Instructions for the task
With the line that contains "v 28.494 -348.319 171.48" as the final line, return every line from the start of the data below exactly.

Working data

+---+

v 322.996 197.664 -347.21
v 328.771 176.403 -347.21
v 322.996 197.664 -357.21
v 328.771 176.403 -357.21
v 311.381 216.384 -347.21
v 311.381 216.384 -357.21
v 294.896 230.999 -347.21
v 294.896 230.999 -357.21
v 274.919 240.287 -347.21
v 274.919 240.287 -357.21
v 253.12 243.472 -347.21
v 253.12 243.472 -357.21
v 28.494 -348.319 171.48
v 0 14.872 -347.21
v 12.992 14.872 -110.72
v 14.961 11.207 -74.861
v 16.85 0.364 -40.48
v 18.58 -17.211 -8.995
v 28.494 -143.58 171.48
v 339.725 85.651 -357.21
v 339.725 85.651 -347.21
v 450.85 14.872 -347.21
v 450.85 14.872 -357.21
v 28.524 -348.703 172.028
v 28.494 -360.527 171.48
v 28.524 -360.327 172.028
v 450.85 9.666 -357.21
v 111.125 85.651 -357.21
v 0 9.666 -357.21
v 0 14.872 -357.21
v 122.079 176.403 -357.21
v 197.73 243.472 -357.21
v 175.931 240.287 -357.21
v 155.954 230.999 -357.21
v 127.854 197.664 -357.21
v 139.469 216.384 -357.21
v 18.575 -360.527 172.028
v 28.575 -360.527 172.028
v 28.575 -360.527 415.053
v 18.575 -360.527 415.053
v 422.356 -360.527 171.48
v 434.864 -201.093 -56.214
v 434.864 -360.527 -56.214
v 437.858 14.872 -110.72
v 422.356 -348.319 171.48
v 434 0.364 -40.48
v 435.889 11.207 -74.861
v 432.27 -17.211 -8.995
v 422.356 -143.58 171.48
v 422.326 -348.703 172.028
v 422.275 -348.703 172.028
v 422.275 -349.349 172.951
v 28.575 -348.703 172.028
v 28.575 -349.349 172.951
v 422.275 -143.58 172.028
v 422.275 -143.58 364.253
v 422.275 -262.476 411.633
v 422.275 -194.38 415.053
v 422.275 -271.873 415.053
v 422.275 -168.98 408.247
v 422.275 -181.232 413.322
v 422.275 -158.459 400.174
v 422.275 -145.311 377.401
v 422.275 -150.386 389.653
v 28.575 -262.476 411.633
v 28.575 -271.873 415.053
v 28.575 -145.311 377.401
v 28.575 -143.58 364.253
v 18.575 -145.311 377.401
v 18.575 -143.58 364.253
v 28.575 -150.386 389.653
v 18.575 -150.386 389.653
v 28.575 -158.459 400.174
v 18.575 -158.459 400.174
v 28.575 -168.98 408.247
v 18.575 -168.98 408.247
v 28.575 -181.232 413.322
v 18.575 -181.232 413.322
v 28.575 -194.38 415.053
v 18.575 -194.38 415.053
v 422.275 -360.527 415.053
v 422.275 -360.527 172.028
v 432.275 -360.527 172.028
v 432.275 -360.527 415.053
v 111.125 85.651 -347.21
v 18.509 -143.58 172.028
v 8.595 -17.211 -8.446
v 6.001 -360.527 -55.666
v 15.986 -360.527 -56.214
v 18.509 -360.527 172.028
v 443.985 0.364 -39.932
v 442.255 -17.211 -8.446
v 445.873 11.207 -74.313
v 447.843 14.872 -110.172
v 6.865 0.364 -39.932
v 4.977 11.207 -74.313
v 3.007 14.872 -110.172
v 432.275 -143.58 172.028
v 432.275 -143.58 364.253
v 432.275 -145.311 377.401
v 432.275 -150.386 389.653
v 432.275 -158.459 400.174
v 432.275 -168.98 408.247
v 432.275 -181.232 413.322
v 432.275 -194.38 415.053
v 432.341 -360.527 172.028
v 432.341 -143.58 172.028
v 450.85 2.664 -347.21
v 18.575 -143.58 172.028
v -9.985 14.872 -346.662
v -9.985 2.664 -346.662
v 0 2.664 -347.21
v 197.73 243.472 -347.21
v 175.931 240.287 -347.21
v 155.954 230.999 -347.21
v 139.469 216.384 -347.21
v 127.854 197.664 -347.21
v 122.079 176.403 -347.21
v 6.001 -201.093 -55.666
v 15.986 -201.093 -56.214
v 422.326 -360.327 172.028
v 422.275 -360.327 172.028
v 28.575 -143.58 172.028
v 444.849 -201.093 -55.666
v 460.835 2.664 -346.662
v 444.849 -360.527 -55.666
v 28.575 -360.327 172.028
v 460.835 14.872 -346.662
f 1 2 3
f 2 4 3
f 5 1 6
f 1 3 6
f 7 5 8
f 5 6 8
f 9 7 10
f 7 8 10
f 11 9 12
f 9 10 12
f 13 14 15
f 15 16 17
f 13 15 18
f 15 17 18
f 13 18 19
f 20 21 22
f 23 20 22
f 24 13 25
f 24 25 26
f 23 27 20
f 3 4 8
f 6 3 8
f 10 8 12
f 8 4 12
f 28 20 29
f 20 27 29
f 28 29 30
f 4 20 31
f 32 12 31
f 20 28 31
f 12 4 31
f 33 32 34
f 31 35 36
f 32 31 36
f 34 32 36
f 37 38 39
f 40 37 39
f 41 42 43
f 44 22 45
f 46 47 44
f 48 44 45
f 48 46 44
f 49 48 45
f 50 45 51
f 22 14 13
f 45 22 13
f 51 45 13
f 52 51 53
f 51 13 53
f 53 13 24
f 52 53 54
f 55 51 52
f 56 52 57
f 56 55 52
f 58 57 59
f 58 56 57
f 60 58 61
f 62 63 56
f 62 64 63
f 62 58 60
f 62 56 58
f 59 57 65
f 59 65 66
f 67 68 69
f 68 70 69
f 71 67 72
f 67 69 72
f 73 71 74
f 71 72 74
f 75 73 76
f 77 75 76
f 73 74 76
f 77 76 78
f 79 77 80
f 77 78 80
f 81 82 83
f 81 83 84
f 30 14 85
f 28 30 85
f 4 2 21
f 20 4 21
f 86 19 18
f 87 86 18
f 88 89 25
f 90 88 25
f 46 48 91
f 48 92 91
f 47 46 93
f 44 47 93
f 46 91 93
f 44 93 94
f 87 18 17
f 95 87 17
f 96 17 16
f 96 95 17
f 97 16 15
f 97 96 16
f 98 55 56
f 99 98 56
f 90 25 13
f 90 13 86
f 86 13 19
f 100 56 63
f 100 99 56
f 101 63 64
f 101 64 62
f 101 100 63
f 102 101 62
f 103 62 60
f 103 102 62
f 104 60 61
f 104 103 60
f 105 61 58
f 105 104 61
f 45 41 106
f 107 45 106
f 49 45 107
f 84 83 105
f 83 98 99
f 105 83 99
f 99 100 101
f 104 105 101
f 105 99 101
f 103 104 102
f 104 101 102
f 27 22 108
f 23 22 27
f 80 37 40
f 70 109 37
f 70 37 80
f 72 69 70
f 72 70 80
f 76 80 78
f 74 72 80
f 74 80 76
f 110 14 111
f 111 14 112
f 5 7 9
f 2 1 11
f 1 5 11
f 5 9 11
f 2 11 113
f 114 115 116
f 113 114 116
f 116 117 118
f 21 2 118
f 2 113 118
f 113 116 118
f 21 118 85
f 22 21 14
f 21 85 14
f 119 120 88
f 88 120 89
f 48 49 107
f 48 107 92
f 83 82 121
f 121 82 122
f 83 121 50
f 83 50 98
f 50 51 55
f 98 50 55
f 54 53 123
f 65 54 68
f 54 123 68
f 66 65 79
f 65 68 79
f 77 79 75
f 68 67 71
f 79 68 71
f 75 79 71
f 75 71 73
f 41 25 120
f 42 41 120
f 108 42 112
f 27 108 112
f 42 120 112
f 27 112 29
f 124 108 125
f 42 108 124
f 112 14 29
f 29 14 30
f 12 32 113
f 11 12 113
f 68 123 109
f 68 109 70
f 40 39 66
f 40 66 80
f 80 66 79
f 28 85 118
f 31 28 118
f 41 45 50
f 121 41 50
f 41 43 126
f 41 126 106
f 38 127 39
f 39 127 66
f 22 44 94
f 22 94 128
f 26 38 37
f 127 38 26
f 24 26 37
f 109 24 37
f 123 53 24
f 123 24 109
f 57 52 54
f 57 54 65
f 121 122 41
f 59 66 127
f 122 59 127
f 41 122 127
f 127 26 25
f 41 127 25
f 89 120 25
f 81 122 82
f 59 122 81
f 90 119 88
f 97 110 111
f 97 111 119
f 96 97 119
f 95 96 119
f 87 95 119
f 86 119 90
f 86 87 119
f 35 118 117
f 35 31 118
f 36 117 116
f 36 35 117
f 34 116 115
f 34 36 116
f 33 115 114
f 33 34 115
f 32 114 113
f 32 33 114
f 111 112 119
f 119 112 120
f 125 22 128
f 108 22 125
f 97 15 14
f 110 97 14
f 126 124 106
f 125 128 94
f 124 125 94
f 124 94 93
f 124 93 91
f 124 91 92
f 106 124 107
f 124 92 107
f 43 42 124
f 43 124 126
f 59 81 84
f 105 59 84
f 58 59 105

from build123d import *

# Parameters (mm, degrees)
BOSS_EXTRUDE1_DEPTH     = 450.85
CUT_EXTRUDE2_DEPTH      = 508
FILLET1_R               = 76.2
SKETCH8_W               = 28.575
SKETCH8_H               = 250.515691668
CUT_EXTRUDE3_DEPTH      = 244.471906543
CUT_EXTRUDE3_DEPTH_BACK = 361.52650092
BOSS_EXTRUDE4_DEPTH     = 10
SKETCH11_W              = 243.025134326
SKETCH11_H              = 216.946269836
BOSS_EXTRUDE5_DEPTH     = 10
FILLET2_R               = 177.8
FILLET3_R               = 50.8
FILLET2_OF_MIRROR1_R    = 177.8
FILLET3_OF_MIRROR1_R    = 50.8


with BuildPart() as part:
    # Sketch1 → Boss-Extrude1 (new body)
    with BuildSketch(Plane(origin=(0, 0, 0), x_dir=(0, 0, -1), z_dir=(1, 0, 0))):
        Polygon((-172.951120204, -349.34913054), (-411.633045884, -262.476014135), (-415.053247317, -271.872940343), (-171.479591477, -360.52650092), (357.210427919, 9.666236038), (357.210427919, 243.471906543), (347.210427919, 243.471906543), (347.210427919, 14.871906543), align=None)
    extrude(amount=BOSS_EXTRUDE1_DEPTH)

    # Sketch3 → Cut-Extrude2 (cut)
    with BuildSketch(Plane.XY.offset(-347.210427919)):
        Polygon((450.85, 243.471906543), (320.675, 243.471906543), (339.725, 85.650531553), (450.85, 14.871906543), align=None)
        Polygon((111.125, 85.650531553), (130.175, 243.471906543), (0, 243.471906543), (0, 14.871906543), align=None)
    extrude(amount=-CUT_EXTRUDE2_DEPTH, mode=Mode.SUBTRACT)

    # Fillet1
    fillet1_edges = [part.edges().sort_by_distance(p)[0] for p in [
        (320.675, 243.471906543, -352.210427919),
        (130.175, 243.471906543, -352.210427919),
    ]]
    fillet(fillet1_edges, radius=FILLET1_R)

    # Sketch8 → Cut-Extrude3 (cut, two sides)
    with BuildSketch(Plane(origin=(0, 0, 0), x_dir=(1, 0, 0), z_dir=(0, 1, 0))) as cut_extrude3_sk:
        Polygon((0, -172.951120204), (0, 347.210427919), (28.575, -172.951120204), align=None)
        Polygon((422.275, -172.951120204), (450.85, -172.951120204), (450.85, 347.210427919), align=None)
        with Locations((436.5625, -298.208966038)):
            Rectangle(SKETCH8_W, SKETCH8_H)
        with Locations((14.2875, -298.208966038)):
            Rectangle(SKETCH8_W, SKETCH8_H)
    extrude(amount=CUT_EXTRUDE3_DEPTH, mode=Mode.SUBTRACT)
    extrude(cut_extrude3_sk.sketch, amount=-CUT_EXTRUDE3_DEPTH_BACK, mode=Mode.SUBTRACT)

    # Sketch9 → Boss-Extrude4 (add)
    with BuildSketch(Plane(origin=(19.016566107, 0, -1.04467233), x_dir=(0.054852151, 0, 0.998494487), z_dir=(-0.998494487, 0, 0.054852151))):
        Polygon((-53.849912427, 14.871906543), (-346.687698266, 14.871906543), (172.784392877, -348.318755032), (172.784392877, -143.580231084), align=None)
        Polygon((172.784392877, -360.52650092), (-55.252957085, -201.093419897), (-55.252957085, -360.52650092), align=None)
        Polygon((172.784392877, -348.318755032), (-346.687698266, 14.871906543), (-346.687698266, 2.664160656), (-55.252957085, -201.093419897), (172.784392877, -360.52650092), align=None)
    boss_extrude4 = extrude(amount=BOSS_EXTRUDE4_DEPTH)

    # Sketch11 → Boss-Extrude5 (add)
    with BuildSketch(Plane.ZY.offset(-28.575)):
        with Locations((293.540680154, -252.053366002)):
            Rectangle(SKETCH11_W, SKETCH11_H)
    boss_extrude5 = extrude(amount=BOSS_EXTRUDE5_DEPTH)

    # Fillet2
    fillet2_edges = [part.edges().sort_by_distance(p)[0] for p in [
        (11.070310121, 14.871906543, -54.539252282),
    ]]
    fillet(fillet2_edges, radius=FILLET2_R)

    # Fillet3
    fillet3_edges = [part.edges().sort_by_distance(p)[0] for p in [
        (23.575, -143.580231084, 415.053247317),
    ]]
    fillet(fillet3_edges, radius=FILLET3_R)

    # Mirror1: Boss-Extrude4, Boss-Extrude5 across plane
    add(boss_extrude4.mirror(Plane(origin=(225.425, 0, 0), x_dir=(0, 0, 1), z_dir=(1, 0, 0))))
    add(boss_extrude5.mirror(Plane(origin=(225.425, 0, 0), x_dir=(0, 0, 1), z_dir=(1, 0, 0))))

    # Fillet2 of Mirror1
    fillet2_of_mirror1_edges = [part.edges().sort_by_distance(p)[0] for p in [
        (439.779689879, 14.871906543, -54.539252282),
    ]]
    fillet(fillet2_of_mirror1_edges, radius=FILLET2_OF_MIRROR1_R)

    # Fillet3 of Mirror1
    fillet3_of_mirror1_edges = [part.edges().sort_by_distance(p)[0] for p in [
        (427.275, -143.580231084, 415.053247317),
    ]]
    fillet(fillet3_of_mirror1_edges, radius=FILLET3_OF_MIRROR1_R)


solid = part.part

+---+

Task output
v 322.996 197.664 -347.21
v 328.771 176.403 -347.21
v 322.996 197.664 -357.21
v 328.771 176.403 -357.21
v 311.381 216.384 -347.21
v 311.381 216.384 -357.21
v 294.896 230.999 -347.21
v 294.896 230.999 -357.21
v 274.919 240.287 -347.21
v 274.919 240.287 -357.21
v 253.12 243.472 -347.21
v 253.12 243.472 -357.21
v 28.494 -348.319 171.48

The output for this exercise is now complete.